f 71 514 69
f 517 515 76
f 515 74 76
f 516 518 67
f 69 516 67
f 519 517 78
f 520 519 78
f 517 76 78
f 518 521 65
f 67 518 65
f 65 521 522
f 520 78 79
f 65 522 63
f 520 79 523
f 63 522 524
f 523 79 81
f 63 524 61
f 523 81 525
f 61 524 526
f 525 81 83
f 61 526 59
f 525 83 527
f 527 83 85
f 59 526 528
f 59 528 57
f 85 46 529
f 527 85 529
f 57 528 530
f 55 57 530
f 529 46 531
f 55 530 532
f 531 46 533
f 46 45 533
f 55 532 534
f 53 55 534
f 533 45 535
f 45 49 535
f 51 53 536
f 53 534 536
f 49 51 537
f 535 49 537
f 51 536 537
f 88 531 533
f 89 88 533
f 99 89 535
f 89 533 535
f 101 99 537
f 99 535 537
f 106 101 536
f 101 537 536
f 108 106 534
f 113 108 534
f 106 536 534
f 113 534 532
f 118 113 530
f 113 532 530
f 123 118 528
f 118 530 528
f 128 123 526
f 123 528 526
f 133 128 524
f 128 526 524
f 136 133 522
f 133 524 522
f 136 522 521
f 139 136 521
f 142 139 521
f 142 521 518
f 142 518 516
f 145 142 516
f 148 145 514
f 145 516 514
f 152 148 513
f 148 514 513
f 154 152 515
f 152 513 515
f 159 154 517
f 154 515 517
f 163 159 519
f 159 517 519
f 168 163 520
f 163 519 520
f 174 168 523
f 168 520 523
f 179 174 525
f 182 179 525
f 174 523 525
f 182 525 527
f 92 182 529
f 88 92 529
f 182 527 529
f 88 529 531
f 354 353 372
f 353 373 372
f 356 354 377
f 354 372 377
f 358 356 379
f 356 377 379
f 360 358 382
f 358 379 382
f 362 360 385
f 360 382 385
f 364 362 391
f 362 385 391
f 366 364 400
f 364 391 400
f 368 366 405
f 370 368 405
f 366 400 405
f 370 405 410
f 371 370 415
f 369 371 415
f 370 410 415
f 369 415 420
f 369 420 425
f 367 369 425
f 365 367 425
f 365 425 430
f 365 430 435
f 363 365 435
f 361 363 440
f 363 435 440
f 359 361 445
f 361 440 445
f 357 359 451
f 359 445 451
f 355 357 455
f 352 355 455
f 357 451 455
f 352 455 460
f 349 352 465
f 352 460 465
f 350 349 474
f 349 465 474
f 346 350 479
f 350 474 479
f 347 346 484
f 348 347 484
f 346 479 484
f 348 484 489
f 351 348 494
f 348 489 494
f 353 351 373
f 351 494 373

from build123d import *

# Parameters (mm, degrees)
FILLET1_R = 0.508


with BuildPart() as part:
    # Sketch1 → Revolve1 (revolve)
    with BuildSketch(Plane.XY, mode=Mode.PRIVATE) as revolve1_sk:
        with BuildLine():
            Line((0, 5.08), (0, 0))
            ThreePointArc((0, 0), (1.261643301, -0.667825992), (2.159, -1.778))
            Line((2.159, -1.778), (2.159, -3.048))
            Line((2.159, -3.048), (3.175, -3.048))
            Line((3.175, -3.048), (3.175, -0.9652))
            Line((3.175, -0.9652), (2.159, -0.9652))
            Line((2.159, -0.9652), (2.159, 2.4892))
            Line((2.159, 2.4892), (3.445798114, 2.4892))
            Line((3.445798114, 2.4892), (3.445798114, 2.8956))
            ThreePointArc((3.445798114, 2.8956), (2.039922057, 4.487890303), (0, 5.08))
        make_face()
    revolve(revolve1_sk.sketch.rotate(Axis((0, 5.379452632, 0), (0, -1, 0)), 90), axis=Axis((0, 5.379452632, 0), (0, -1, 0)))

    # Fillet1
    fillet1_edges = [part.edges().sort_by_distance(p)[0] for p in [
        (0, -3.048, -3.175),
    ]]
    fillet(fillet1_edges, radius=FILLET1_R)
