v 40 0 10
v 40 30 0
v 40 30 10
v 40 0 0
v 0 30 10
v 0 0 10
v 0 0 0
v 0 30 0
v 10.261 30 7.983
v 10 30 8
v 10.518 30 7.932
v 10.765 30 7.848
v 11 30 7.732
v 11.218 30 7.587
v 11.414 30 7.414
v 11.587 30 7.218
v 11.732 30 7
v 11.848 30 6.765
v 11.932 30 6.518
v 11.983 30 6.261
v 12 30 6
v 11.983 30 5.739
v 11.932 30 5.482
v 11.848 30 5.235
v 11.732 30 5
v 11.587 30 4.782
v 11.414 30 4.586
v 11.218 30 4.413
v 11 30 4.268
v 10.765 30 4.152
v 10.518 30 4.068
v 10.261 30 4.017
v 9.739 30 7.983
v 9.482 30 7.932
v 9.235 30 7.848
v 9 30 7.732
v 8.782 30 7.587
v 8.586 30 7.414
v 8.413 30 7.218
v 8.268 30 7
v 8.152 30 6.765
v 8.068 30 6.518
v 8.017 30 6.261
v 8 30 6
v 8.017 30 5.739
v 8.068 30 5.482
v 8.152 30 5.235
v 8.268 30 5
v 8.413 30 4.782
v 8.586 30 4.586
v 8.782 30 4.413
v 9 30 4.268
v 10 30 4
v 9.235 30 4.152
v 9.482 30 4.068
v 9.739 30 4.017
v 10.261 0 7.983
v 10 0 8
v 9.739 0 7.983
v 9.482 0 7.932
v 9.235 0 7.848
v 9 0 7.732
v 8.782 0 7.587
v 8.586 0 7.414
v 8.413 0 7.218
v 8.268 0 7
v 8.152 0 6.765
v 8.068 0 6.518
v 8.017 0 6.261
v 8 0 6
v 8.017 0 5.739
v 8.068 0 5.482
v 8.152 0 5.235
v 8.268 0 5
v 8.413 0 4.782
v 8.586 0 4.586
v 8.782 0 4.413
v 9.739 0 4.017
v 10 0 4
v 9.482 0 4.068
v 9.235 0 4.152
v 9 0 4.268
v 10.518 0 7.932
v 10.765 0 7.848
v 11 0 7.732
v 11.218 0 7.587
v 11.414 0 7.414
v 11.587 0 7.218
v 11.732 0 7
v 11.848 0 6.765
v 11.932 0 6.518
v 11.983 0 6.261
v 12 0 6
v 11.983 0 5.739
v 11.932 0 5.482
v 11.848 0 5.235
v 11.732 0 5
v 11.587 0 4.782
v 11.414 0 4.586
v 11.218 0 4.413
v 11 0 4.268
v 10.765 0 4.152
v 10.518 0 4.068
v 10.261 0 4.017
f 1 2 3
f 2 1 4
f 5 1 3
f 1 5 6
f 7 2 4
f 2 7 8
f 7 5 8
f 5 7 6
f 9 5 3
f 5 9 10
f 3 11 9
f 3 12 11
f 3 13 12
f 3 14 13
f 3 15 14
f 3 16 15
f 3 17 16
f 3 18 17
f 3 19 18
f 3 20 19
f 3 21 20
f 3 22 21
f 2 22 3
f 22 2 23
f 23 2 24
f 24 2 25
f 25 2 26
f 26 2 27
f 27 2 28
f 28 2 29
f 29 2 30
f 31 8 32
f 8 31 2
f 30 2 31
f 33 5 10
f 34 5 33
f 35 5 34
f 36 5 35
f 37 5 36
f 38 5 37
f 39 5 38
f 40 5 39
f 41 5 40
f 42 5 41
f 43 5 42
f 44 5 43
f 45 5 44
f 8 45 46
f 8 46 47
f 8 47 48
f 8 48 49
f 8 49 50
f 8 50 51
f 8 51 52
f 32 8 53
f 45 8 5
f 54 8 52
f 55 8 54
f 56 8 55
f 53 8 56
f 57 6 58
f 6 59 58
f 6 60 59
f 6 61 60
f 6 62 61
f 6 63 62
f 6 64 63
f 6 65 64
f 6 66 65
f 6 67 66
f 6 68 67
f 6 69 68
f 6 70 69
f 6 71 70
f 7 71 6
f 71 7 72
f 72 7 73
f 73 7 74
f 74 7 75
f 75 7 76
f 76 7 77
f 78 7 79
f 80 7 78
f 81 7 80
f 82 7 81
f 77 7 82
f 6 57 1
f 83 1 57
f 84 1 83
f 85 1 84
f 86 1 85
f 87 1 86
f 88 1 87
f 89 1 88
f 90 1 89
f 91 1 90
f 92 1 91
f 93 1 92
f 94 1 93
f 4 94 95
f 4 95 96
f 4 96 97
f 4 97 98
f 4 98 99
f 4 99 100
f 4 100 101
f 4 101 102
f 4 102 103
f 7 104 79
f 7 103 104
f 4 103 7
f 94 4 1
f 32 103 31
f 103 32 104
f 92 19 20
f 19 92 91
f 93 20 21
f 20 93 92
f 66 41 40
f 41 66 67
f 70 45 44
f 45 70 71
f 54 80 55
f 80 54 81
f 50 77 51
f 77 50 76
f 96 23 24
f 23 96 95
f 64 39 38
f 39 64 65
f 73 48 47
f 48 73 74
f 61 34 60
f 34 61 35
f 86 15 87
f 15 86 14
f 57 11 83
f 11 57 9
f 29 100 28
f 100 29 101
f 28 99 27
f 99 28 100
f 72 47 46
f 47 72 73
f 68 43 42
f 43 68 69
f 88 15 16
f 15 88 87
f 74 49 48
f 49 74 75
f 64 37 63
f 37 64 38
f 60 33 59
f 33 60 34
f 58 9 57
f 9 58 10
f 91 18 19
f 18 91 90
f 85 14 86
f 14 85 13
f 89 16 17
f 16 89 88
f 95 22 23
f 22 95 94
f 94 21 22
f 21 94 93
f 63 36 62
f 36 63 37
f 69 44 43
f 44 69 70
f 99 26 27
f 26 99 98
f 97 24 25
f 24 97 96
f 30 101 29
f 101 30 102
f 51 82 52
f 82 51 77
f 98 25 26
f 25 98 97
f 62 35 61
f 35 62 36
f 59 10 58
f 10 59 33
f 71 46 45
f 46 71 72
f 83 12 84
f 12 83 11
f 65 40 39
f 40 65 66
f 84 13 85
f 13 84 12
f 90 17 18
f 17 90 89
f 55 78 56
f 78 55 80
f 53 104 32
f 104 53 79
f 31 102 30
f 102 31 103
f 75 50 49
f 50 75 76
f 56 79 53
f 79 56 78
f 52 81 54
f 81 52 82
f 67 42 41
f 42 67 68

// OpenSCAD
// units=mm — generated by scad_emitter.py
// part=unnamed
$fn = 48;

difference() { cube([40, 30, 10]); translate([10, 30.5, 6]) rotate([90, 0, 0]) cylinder(h=31, r=2, $fn=$fn); }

:::::

» **TASK BRIEF**: Only the lines from the one containing "f 118 113 530" through the one containing "FILLET1_R = 0.508" are to be retyped, both boundary lines included, with no other material.

» **TASK SOLUTION**:
f 118 113 530
f 113 532 530
f 123 118 528
f 118 530 528
f 128 123 526
f 123 528 526
f 133 128 524
f 128 526 524
f 136 133 522
f 133 524 522
f 136 522 521
f 139 136 521
f 142 139 521
f 142 521 518
f 142 518 516
f 145 142 516
f 148 145 514
f 145 516 514
f 152 148 513
f 148 514 513
f 154 152 515
f 152 513 515
f 159 154 517
f 154 515 517
f 163 159 519
f 159 517 519
f 168 163 520
f 163 519 520
f 174 168 523
f 168 520 523
f 179 174 525
f 182 179 525
f 174 523 525
f 182 525 527
f 92 182 529
f 88 92 529
f 182 527 529
f 88 529 531
f 354 353 372
f 353 373 372
f 356 354 377
f 354 372 377
f 358 356 379
f 356 377 379
f 360 358 382
f 358 379 382
f 362 360 385
f 360 382 385
f 364 362 391
f 362 385 391
f 366 364 400
f 364 391 400
f 368 366 405
f 370 368 405
f 366 400 405
f 370 405 410
f 371 370 415
f 369 371 415
f 370 410 415
f 369 415 420
f 369 420 425
f 367 369 425
f 365 367 425
f 365 425 430
f 365 430 435
f 363 365 435
f 361 363 440
f 363 435 440
f 359 361 445
f 361 440 445
f 357 359 451
f 359 445 451
f 355 357 455
f 352 355 455
f 357 451 455
f 352 455 460
f 349 352 465
f 352 460 465
f 350 349 474
f 349 465 474
f 346 350 479
f 350 474 479
f 347 346 484
f 348 347 484
f 346 479 484
f 348 484 489
f 351 348 494
f 348 489 494
f 353 351 373
f 351 494 373

from build123d import *

# Parameters (mm, degrees)
FILLET1_R = 0.508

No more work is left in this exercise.